И ещё одно воспоминание, на сей раз моё — о том, что психологические раны войны у воевавших никогда не заживали.
Мария Ефимовна Ляхова прошла все круги ада военного и послевоенного лихолетья. 18-летней девушкой осталась в родном селе Жуковка Брянской области, оккупированном вермахтом. Комсомолка, учительница начальных классов местной школы, она с самого начала возглавляла в селе разведгруппу партизан.
В 1943 году по доносу была арестована немцами, и две недели просидела в гестапо. После череды тяжёлых допросов и избиений следователь предложил сотрудничать с оккупантами. Ей удалось получить весточку от командира партизанского отряда, который разрешил ей дать согласие, чтобы сохранить себя. Марию выпустили. Вскоре в ходе освобождения Брянщины Красной армией командир партизан погиб, а документ о сотрудничестве с гестапо попал в СМЕРШ. Никто ни в чём не стал разбираться. Марию осудили на 10 лет лагерей. Вышла на свободу она только после смерти Сталина.
Мария Ефимовна, которую в семье все называли Мурой, приходилась моей тёще родной тёткой, хотя была старше её всего на несколько лет. Во второй половине 1970-х мы с женой и маленькой дочкой несколько раз ездили в отпуск в Жуковку.

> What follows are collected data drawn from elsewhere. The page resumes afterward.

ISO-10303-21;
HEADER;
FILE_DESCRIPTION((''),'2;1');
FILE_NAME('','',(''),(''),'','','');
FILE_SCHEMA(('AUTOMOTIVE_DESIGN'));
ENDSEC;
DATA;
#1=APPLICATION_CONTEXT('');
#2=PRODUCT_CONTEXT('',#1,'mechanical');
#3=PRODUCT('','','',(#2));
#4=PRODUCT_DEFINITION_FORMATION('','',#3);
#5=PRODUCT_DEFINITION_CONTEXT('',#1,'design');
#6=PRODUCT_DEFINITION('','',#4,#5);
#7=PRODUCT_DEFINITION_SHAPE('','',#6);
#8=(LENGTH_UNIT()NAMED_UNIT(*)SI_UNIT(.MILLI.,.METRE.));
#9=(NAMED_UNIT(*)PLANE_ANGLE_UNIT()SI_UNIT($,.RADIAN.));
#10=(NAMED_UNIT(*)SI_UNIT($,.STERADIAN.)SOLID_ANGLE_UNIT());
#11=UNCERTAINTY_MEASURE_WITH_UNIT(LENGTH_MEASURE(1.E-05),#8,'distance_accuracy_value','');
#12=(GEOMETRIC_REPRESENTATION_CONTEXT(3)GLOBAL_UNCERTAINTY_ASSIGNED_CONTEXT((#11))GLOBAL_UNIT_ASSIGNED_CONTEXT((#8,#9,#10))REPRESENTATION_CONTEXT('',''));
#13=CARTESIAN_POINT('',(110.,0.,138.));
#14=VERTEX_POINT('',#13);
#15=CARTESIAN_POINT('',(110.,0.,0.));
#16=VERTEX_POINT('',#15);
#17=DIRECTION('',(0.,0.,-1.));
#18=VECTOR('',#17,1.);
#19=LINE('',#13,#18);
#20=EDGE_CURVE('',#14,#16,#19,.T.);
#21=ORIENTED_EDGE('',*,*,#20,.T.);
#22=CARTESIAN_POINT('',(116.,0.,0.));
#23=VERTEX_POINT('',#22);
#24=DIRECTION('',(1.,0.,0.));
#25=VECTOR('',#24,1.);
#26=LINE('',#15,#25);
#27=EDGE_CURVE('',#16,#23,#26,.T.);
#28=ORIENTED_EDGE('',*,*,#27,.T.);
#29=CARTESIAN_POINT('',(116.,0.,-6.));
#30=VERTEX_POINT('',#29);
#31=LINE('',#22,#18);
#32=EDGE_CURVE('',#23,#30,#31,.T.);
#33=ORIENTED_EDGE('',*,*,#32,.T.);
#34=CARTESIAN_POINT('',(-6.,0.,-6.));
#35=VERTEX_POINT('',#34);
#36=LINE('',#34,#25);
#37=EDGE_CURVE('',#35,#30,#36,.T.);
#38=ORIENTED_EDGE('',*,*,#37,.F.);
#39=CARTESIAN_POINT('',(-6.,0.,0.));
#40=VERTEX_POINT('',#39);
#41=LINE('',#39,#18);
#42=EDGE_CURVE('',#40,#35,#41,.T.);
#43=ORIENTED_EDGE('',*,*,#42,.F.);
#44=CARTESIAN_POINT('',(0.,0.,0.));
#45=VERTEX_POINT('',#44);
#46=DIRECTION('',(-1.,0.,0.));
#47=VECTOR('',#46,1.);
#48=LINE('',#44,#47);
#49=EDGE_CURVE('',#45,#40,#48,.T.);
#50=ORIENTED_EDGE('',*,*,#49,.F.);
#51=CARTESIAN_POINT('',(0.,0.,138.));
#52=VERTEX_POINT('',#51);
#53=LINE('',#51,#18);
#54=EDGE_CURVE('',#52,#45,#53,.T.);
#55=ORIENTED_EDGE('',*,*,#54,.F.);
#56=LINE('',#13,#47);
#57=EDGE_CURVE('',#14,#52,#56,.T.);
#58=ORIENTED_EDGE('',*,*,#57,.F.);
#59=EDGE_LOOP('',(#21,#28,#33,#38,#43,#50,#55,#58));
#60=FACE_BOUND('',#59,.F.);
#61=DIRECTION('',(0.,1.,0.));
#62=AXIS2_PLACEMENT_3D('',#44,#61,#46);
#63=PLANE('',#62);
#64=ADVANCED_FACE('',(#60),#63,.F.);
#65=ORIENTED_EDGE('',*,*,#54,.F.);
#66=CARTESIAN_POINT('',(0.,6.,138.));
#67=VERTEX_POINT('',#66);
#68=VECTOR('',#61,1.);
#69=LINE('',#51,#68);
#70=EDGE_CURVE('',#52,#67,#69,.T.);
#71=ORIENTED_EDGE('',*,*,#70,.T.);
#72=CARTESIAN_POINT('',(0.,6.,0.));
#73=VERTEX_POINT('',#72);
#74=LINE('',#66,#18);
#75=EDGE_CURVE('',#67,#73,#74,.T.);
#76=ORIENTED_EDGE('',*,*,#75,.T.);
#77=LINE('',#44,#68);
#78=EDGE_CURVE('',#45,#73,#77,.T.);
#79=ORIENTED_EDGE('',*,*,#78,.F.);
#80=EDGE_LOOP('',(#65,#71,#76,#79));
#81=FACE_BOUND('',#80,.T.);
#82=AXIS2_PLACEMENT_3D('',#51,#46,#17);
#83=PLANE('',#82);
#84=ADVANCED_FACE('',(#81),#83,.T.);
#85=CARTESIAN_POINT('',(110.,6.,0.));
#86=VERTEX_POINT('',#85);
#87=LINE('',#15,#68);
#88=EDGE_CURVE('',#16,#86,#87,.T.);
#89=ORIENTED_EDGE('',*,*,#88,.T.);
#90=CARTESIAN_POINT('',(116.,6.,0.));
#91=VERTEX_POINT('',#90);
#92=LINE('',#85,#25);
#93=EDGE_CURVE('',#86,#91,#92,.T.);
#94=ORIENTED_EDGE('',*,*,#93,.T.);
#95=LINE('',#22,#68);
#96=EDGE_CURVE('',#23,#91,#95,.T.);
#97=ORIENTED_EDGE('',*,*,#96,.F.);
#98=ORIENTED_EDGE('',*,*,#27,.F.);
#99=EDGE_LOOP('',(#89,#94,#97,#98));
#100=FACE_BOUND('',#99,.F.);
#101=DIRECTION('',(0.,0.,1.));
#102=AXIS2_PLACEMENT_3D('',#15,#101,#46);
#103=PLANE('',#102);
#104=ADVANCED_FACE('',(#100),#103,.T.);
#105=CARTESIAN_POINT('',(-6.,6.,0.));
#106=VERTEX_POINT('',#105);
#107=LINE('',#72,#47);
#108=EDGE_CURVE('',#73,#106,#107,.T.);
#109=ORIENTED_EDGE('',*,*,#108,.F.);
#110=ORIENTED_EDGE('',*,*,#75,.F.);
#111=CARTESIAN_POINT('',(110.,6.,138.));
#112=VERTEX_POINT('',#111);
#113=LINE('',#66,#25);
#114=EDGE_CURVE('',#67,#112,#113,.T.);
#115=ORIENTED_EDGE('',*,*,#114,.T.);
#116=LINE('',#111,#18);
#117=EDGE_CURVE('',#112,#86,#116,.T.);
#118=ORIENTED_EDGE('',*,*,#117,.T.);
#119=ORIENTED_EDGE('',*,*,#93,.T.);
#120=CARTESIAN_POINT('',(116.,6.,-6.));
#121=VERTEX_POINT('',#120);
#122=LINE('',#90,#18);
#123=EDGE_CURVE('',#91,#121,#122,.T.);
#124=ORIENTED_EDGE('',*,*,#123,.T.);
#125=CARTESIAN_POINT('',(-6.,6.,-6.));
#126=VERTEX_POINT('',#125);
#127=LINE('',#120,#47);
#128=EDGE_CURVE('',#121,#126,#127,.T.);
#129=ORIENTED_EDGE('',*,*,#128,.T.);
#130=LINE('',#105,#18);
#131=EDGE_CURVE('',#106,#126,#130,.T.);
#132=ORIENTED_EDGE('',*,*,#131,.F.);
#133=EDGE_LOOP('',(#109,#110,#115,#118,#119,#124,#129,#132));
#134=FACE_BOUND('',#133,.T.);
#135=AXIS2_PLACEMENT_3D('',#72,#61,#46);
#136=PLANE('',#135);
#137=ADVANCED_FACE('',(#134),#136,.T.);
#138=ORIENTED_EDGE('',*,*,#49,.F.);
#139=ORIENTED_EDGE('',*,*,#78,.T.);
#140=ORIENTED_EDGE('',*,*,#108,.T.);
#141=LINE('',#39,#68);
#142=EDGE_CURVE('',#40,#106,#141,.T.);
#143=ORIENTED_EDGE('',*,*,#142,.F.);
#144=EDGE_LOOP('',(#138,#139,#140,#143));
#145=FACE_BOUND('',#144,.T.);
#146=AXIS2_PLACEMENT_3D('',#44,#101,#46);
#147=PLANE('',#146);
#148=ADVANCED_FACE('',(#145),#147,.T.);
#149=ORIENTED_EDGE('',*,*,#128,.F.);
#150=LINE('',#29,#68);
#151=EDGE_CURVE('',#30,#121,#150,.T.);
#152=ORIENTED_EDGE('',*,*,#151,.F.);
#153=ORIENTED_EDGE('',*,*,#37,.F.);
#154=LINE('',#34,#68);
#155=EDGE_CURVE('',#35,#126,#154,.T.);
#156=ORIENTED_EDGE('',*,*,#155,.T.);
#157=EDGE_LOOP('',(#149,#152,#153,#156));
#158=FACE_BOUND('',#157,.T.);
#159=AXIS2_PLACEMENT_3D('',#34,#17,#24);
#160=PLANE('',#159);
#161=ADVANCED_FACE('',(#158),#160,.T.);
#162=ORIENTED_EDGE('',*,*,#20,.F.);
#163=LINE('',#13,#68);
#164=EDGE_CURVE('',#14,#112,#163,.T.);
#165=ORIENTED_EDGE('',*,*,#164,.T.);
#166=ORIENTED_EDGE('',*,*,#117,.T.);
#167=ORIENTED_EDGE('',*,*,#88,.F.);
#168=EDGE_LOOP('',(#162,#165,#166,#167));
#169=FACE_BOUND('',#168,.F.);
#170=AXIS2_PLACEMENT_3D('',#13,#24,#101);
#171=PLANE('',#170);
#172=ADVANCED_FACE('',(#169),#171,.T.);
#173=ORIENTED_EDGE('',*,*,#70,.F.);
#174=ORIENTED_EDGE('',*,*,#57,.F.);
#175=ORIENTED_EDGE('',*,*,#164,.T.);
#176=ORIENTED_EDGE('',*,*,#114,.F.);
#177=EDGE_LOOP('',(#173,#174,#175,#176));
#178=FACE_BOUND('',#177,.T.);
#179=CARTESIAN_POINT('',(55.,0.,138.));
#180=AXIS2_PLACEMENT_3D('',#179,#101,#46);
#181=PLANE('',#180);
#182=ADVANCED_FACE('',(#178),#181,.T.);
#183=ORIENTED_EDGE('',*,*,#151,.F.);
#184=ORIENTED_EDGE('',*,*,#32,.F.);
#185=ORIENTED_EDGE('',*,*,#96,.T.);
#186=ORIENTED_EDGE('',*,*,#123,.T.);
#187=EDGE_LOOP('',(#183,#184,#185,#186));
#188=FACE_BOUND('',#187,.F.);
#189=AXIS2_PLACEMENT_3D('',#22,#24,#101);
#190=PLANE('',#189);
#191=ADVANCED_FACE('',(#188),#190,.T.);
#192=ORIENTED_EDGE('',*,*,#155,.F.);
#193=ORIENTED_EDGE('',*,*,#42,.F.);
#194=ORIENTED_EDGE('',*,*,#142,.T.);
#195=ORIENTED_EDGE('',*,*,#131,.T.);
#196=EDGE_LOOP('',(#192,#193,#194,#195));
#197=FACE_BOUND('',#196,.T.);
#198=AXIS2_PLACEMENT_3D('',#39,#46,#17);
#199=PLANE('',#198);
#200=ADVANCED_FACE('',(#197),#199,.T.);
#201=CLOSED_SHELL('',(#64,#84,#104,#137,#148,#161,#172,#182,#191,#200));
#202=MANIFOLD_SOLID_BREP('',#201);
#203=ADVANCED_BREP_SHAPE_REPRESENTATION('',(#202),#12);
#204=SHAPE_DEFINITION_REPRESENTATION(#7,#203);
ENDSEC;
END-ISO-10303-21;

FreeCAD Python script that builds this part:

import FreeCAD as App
import Part
import Sketcher
Q = App.Units.Quantity

doc = App.newDocument("Part")
params = doc.addObject("Spreadsheet::Sheet", "Params")
for row, (alias, value) in enumerate([
    ("sketch1_width", "6 mm"),
    ("sketch1_width2", "55 mm"),
    ("sketch1_height", "144 mm"),
    ("pad1_length", "6 mm"),
], start=1):
    params.set(f"A{row}", alias)
    params.set(f"B{row}", "=" + value)
    params.setAlias(f"B{row}", alias)

body = doc.addObject("PartDesign::Body", "Body")

# Sketch on XZ plane
sketch1 = body.newObject("Sketcher::SketchObject", "Sketch")
sketch1.AttachmentSupport = (doc.getObject("XZ_Plane"), [""])
sketch1.MapMode = "FlatFace"
sketch1.addGeometry(Part.LineSegment(App.Vector(-6, 0, 0), App.Vector(0, 0, 0)), False)
sketch1.addGeometry(Part.LineSegment(App.Vector(0, 0, 0), App.Vector(0, 138, 0)), False)
sketch1.addGeometry(Part.LineSegment(App.Vector(0, 138, 0), App.Vector(55, 138, 0)), False)
sketch1.addGeometry(Part.LineSegment(App.Vector(55, 138, 0), App.Vector(55, -6, 0)), False)
sketch1.addGeometry(Part.LineSegment(App.Vector(55, -6, 0), App.Vector(-6, -6, 0)), False)
sketch1.addGeometry(Part.LineSegment(App.Vector(-6, -6, 0), App.Vector(-6, 0, 0)), False)
sketch1.addConstraint(Sketcher.Constraint("Coincident", 0, 2, 1, 1))
sketch1.addConstraint(Sketcher.Constraint("Coincident", 1, 2, 2, 1))
sketch1.addConstraint(Sketcher.Constraint("Coincident", 2, 2, 3, 1))
sketch1.addConstraint(Sketcher.Constraint("Coincident", 3, 2, 4, 1))
sketch1.addConstraint(Sketcher.Constraint("Coincident", 4, 2, 5, 1))
sketch1.addConstraint(Sketcher.Constraint("Coincident", 5, 2, 0, 1))
sketch1.addConstraint(Sketcher.Constraint("Horizontal", 0))
sketch1.addConstraint(Sketcher.Constraint("Vertical", 1))
sketch1.addConstraint(Sketcher.Constraint("Horizontal", 2))
sketch1.addConstraint(Sketcher.Constraint("Vertical", 3))
sketch1.addConstraint(Sketcher.Constraint("Horizontal", 4))
sketch1.addConstraint(Sketcher.Constraint("Vertical", 5))
sketch1.addConstraint(Sketcher.Constraint("Coincident", 0, 2, -1, 1))
sketch1.addConstraint(Sketcher.Constraint("Equal", 0, 5))
sketch1.addConstraint(Sketcher.Constraint("DistanceX", 0, 1, 0, 2, Q("6 mm")))
sketch1.addConstraint(Sketcher.Constraint("DistanceX", 2, 1, 2, 2, Q("55 mm")))
sketch1.addConstraint(Sketcher.Constraint("DistanceY", 3, 2, 3, 1, Q("144 mm")))
sketch1.setExpression("Constraints[14]", "Params.sketch1_width")
sketch1.setExpression("Constraints[15]", "Params.sketch1_width2")
sketch1.setExpression("Constraints[16]", "Params.sketch1_height")
pad1 = body.newObject("PartDesign::Pad", "Pad")
pad1.Profile = sketch1
pad1.setExpression("Length", "Params.pad1_length")
pad1.Reversed = True
doc.recompute()

datumplane = body.newObject("PartDesign::Plane", "DatumPlane")
datumplane.AttachmentSupport = (doc.getObject("YZ_Plane"), [""])
datumplane.MapMode = "FlatFace"
datumplane.AttachmentOffset = App.Placement(App.Vector(0, 0, 55), App.Rotation())
mirrored = body.newObject("PartDesign::Mirrored", "Mirrored")
mirrored.Originals = [pad1]
mirrored.MirrorPlane = (datumplane, [""])
body.Tip = mirrored

doc.recompute()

Основные фаланги пальцев на обеих руках у Марии Ефимовны были в мелких шрамчиках. Об их происхождении я не спрашивал, а сама она не рассказывала. Она вообще никогда не говорила о войне. Но однажды в вечерних теленовостях показывали визит Леонида Брежнева в ГДР. Как только советский генсек спустился с трапа самолёта и припал в братском поцелуе к руководителю Восточной Германии Эриху Хонеккеру, Мура резко поднялась и ушла к себе в комнату.
Назавтра она объяснилась:
— Не могу видеть немцев, слышать их речь. Мне сразу становится плохо — в глазах темнеет, и проваливаюсь… в яму. Всё понимаю — и что столько лет уже прошло, и что это другие немцы, но ничего не могу с собой поделать. — Потом помолчала и добавила: — Если утром включу радио и услышу, что началась война, сразу закрою все окна, включу газ и лягу помирать. Ещё одной войны мне не пережить.